▶ Records drawn from a dataset:
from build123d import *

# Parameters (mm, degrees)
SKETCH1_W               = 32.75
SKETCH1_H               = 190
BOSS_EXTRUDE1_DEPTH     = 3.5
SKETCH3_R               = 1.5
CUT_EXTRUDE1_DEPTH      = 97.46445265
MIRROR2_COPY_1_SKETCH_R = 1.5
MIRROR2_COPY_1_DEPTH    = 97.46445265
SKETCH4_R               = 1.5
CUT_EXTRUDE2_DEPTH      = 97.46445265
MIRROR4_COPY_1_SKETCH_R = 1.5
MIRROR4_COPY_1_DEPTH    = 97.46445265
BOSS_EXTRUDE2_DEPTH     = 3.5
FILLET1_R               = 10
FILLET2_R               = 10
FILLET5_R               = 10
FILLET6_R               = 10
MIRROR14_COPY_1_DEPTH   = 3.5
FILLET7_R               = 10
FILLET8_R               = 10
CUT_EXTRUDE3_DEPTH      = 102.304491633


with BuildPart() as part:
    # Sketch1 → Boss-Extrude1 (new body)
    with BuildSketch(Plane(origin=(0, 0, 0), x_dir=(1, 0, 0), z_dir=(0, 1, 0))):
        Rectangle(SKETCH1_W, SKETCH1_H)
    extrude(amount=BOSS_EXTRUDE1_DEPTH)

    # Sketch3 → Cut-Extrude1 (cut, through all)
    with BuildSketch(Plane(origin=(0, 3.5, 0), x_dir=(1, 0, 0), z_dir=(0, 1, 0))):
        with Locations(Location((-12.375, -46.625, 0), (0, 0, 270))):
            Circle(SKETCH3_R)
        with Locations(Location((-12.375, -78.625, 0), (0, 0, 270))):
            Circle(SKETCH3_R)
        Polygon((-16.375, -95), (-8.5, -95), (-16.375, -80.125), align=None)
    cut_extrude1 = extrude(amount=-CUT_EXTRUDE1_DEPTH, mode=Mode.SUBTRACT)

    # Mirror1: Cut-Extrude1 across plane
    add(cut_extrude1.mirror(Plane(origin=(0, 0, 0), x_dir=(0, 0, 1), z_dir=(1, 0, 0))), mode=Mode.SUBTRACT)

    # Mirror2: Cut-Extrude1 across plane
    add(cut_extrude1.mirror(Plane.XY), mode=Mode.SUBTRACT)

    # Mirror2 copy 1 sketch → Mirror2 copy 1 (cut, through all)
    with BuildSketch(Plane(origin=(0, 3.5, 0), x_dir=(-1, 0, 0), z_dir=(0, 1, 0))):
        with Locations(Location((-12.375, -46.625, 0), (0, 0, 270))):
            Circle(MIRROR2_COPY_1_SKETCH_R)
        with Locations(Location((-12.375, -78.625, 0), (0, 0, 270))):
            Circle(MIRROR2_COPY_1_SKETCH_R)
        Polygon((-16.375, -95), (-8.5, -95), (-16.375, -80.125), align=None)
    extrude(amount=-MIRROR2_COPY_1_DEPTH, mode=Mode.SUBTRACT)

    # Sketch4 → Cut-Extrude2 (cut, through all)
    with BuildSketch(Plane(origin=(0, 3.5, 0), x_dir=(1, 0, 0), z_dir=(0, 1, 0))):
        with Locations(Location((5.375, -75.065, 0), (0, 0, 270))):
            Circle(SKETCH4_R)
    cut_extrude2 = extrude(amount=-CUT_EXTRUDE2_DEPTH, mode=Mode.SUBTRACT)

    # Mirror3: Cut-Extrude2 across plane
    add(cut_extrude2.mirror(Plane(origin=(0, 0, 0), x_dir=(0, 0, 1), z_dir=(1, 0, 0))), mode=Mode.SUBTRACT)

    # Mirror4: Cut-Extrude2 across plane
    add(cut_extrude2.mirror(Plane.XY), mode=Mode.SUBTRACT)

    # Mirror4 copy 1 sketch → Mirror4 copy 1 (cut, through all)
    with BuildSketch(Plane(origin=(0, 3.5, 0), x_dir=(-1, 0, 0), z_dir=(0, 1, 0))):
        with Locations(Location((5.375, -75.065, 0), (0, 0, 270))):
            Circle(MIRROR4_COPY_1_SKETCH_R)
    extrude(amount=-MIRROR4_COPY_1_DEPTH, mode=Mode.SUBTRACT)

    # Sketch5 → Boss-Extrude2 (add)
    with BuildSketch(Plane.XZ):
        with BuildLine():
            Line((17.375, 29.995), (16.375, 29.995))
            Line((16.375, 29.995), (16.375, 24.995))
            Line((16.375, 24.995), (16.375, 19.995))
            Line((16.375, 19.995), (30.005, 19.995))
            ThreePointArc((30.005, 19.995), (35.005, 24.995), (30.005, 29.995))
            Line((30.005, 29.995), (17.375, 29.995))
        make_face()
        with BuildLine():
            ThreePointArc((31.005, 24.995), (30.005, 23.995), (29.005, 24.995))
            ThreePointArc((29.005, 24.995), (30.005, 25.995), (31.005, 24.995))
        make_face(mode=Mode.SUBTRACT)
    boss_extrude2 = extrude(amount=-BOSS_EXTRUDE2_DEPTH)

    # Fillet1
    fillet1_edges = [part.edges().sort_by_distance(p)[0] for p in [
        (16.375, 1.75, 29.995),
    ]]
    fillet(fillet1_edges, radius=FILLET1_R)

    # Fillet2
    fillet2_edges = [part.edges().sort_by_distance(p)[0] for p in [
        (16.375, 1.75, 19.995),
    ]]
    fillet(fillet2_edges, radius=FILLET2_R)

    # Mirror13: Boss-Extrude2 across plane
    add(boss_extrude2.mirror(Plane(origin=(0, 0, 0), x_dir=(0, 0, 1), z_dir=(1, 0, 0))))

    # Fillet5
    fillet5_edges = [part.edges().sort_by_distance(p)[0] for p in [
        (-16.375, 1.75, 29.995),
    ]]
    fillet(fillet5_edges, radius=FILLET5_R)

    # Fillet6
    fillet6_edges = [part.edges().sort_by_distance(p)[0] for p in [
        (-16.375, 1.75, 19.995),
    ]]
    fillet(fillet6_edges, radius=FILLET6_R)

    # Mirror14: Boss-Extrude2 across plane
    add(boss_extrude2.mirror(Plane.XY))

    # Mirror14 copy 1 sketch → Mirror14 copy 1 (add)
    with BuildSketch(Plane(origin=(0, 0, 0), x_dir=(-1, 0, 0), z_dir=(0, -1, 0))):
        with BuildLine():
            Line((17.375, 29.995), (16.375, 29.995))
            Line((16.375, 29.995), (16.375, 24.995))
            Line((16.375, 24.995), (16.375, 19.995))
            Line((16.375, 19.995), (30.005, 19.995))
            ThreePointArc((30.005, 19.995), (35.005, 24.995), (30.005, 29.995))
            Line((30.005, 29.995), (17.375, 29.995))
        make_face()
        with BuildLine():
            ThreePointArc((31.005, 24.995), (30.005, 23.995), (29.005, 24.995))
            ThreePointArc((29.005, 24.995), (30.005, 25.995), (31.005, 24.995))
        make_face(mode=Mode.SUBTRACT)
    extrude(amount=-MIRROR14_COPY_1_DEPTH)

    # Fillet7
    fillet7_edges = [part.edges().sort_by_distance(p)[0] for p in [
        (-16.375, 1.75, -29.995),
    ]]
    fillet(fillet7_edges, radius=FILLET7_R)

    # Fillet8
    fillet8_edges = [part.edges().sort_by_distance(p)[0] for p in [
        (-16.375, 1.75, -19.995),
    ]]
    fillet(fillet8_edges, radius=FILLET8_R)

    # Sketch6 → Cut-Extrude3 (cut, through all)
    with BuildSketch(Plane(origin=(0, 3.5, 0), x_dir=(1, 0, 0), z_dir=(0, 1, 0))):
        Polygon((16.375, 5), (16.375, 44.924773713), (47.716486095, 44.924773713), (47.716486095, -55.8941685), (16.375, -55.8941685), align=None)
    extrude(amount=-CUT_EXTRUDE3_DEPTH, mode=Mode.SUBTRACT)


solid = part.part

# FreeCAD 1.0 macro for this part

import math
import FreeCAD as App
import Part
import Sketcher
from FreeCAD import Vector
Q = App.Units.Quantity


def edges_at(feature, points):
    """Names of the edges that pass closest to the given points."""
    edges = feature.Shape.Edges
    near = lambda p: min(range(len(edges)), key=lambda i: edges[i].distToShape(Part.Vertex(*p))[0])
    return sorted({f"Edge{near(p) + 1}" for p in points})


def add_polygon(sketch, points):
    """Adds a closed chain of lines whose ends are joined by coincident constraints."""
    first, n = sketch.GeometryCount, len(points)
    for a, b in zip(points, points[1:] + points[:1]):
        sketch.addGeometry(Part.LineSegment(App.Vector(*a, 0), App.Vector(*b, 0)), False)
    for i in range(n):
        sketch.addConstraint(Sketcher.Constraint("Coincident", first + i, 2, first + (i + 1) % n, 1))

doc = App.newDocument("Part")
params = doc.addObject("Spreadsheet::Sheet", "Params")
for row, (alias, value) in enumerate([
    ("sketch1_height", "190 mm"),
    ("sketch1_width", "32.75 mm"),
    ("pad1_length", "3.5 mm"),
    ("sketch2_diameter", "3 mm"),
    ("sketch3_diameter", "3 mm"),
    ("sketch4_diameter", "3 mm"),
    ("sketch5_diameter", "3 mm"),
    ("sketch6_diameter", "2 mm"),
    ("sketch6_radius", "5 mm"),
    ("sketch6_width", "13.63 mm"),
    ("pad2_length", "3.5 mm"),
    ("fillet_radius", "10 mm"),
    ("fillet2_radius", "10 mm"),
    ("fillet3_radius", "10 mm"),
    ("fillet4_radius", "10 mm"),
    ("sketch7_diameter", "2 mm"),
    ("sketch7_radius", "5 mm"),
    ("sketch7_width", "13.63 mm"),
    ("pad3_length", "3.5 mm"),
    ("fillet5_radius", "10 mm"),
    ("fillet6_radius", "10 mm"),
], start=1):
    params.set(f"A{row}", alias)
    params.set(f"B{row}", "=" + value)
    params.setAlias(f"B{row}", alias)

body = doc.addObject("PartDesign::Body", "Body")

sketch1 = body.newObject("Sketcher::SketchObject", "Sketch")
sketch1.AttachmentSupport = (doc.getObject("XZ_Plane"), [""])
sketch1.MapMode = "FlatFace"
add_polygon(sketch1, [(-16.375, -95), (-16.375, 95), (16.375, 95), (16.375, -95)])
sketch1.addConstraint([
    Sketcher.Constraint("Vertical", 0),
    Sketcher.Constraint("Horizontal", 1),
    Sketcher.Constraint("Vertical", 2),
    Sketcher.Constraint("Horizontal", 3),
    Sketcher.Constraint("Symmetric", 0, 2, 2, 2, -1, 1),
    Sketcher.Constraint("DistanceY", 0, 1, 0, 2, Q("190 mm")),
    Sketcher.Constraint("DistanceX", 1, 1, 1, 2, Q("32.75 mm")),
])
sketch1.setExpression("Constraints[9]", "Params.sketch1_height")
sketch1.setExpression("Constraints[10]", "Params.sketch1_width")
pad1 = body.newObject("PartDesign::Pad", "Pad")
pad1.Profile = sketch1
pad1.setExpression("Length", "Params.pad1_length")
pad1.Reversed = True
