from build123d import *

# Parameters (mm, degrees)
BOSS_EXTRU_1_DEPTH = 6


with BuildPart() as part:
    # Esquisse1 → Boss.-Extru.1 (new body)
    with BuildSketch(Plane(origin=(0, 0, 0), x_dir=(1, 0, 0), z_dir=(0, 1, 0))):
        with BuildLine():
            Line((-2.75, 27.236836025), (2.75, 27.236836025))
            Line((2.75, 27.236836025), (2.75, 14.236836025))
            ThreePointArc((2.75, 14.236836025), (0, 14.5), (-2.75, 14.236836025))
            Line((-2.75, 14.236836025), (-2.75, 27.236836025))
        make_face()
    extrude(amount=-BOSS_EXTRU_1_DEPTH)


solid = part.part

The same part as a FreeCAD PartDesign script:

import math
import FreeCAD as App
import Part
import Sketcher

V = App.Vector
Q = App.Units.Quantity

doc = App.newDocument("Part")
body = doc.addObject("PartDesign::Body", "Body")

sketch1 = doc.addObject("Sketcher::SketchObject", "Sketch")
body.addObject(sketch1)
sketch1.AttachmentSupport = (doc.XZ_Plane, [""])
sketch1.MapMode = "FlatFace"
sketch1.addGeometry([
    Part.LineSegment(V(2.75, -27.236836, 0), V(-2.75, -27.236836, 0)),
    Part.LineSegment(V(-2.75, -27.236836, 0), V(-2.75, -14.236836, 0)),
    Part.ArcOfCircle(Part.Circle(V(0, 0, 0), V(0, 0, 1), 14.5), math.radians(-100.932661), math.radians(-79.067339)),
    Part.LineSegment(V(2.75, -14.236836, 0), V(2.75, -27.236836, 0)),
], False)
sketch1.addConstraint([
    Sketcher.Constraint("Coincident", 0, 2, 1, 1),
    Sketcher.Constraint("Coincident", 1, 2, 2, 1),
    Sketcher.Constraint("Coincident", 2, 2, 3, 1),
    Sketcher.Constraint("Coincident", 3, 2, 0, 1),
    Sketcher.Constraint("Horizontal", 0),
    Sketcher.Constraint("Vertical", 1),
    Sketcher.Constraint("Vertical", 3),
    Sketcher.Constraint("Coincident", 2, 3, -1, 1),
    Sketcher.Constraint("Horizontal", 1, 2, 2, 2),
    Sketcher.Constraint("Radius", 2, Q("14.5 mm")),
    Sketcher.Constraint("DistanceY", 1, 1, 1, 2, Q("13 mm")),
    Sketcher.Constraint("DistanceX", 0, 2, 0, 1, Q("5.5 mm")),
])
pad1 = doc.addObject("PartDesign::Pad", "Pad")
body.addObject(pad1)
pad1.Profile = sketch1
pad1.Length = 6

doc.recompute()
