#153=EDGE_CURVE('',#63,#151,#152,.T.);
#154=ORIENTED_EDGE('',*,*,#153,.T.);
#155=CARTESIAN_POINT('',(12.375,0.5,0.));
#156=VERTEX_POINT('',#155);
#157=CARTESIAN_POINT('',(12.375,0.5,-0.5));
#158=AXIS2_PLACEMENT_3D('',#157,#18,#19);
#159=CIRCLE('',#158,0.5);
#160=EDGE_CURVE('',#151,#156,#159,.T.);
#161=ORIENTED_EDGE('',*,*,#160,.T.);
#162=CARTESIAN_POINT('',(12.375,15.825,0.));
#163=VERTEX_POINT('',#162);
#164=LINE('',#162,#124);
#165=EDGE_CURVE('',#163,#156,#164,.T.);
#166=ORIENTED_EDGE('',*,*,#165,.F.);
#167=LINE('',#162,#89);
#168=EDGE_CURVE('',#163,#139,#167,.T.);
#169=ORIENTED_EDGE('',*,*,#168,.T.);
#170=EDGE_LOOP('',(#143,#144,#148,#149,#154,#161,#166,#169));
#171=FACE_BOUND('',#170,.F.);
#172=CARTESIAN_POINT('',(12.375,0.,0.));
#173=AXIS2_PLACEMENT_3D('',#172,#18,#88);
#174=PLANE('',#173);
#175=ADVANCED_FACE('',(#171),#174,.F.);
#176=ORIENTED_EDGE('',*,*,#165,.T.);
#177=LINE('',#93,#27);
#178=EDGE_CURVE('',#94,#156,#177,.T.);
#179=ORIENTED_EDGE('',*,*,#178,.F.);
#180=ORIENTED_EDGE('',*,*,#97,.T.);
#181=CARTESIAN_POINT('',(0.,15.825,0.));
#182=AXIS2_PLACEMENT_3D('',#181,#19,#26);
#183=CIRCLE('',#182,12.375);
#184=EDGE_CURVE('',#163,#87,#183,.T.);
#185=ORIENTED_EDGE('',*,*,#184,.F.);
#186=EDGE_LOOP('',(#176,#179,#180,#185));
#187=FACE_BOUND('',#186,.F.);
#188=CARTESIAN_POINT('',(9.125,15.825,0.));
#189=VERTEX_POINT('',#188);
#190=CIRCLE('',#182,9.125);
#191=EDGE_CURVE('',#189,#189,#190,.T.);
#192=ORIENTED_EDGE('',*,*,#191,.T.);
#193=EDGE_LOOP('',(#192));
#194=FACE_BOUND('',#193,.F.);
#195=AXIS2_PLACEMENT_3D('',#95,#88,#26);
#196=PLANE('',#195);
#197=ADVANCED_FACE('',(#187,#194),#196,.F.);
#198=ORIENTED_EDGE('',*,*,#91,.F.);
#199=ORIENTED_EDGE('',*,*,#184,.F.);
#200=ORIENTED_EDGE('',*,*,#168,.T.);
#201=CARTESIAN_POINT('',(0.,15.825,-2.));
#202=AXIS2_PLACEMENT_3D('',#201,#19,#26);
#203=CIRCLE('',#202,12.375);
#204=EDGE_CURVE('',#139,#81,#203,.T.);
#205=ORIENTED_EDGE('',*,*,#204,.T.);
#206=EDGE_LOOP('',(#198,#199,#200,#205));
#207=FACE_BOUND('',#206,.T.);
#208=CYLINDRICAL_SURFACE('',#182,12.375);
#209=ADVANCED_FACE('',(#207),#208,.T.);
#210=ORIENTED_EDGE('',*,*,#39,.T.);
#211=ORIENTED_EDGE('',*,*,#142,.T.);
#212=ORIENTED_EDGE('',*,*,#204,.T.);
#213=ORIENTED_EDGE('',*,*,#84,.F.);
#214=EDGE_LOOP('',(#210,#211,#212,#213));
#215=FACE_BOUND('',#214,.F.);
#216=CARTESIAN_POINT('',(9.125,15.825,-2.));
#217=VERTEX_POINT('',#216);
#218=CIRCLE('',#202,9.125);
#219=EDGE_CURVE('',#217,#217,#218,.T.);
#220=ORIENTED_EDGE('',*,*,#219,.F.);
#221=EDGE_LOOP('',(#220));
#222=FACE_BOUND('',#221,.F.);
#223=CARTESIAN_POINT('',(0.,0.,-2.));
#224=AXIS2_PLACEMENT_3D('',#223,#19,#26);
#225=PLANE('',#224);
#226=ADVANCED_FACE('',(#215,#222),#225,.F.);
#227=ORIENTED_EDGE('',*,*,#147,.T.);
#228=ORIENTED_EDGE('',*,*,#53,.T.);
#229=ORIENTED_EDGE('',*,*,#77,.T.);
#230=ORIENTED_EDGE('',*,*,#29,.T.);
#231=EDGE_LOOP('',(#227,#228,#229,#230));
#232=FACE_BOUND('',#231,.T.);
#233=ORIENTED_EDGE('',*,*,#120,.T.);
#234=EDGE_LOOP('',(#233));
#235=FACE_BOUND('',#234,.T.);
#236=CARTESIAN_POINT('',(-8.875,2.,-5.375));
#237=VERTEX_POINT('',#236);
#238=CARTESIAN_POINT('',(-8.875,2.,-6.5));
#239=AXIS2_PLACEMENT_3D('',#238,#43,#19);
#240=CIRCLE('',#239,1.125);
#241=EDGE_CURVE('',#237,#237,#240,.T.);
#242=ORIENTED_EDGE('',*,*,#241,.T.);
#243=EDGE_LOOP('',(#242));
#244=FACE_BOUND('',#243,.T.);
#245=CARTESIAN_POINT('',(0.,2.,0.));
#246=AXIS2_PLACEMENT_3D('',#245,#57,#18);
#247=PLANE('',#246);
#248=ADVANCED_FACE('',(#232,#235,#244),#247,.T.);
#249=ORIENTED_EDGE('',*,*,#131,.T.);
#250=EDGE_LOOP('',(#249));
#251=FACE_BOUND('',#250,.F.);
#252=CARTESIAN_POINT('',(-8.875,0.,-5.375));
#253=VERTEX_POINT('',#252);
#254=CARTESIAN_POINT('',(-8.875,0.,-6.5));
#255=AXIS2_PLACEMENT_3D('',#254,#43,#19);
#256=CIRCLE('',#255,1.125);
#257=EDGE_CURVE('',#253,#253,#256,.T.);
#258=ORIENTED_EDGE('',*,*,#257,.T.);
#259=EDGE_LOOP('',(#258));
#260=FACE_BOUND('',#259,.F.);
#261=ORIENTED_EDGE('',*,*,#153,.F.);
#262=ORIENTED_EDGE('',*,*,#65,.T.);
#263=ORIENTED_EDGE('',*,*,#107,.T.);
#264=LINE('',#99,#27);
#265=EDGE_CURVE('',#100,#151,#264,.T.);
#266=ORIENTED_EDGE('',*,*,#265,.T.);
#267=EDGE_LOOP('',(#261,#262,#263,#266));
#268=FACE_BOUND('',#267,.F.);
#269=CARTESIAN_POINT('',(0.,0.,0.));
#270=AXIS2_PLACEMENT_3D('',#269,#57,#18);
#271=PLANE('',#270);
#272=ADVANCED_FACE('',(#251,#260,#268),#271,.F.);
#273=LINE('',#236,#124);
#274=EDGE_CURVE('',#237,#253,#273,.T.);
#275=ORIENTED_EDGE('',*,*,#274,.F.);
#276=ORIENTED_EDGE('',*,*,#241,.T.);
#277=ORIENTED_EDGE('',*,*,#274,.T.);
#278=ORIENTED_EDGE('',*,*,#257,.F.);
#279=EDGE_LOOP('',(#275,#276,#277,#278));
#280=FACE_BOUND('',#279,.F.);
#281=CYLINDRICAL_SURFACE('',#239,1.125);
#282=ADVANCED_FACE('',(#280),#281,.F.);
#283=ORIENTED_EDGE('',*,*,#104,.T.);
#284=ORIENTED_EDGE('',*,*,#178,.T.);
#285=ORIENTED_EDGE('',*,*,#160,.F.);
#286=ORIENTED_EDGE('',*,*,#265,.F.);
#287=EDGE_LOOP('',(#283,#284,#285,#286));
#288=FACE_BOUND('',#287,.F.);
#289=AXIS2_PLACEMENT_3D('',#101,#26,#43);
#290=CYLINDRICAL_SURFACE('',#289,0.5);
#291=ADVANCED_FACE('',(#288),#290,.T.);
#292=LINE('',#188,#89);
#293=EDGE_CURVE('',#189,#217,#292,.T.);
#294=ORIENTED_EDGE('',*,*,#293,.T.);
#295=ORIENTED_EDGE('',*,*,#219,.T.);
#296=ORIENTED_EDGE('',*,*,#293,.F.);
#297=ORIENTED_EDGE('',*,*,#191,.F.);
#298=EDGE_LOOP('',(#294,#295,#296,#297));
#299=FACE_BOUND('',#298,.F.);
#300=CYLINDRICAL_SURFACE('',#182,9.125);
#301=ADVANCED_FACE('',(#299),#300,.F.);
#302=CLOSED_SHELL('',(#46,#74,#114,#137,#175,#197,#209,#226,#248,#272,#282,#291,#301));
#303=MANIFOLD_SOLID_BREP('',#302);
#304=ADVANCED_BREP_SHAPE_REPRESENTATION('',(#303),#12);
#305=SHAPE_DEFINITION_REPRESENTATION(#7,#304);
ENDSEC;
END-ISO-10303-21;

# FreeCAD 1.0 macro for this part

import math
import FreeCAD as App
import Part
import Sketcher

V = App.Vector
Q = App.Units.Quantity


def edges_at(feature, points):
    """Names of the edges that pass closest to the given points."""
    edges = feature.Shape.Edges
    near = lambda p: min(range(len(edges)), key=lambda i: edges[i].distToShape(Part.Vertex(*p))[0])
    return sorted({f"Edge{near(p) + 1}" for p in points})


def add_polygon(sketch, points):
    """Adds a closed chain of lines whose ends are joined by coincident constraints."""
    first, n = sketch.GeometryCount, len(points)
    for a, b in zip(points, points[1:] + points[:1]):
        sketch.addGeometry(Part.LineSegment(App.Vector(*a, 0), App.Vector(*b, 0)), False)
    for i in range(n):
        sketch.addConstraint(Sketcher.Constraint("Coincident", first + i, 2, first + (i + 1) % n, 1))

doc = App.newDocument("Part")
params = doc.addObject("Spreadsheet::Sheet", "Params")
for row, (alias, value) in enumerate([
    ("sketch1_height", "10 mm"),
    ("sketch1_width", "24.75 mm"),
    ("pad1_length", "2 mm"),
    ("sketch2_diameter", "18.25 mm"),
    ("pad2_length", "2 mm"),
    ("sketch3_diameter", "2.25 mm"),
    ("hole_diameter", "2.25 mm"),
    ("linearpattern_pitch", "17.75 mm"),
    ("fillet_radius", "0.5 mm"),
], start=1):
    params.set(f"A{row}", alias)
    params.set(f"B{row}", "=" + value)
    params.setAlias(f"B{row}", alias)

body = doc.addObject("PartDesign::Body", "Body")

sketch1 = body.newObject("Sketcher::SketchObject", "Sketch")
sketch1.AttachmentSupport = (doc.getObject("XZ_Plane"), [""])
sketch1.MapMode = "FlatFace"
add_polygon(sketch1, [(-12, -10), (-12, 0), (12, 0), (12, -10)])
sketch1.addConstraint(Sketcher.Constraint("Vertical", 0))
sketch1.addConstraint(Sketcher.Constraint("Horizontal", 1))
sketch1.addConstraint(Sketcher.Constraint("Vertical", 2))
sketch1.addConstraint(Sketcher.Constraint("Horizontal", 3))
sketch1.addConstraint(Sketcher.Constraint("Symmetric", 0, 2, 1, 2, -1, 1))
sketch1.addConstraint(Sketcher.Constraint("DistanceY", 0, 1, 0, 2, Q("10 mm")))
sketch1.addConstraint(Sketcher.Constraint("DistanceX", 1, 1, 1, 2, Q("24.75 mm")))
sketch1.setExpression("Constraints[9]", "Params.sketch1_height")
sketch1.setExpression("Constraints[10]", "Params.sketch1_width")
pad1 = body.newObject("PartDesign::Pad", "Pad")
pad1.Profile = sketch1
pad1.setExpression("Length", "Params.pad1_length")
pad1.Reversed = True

▶ TASK STATEMENT: Track down all lines above with the string "across" and copy them.

▶ REPLY TO THE TASK:
    # Mirror1: Cut-Extrude1 across plane
    # Mirror2: Cut-Extrude1 across plane
    # Mirror3: Cut-Extrude2 across plane
    # Mirror4: Cut-Extrude2 across plane
    # Mirror13: Boss-Extrude2 across plane
    # Mirror14: Boss-Extrude2 across plane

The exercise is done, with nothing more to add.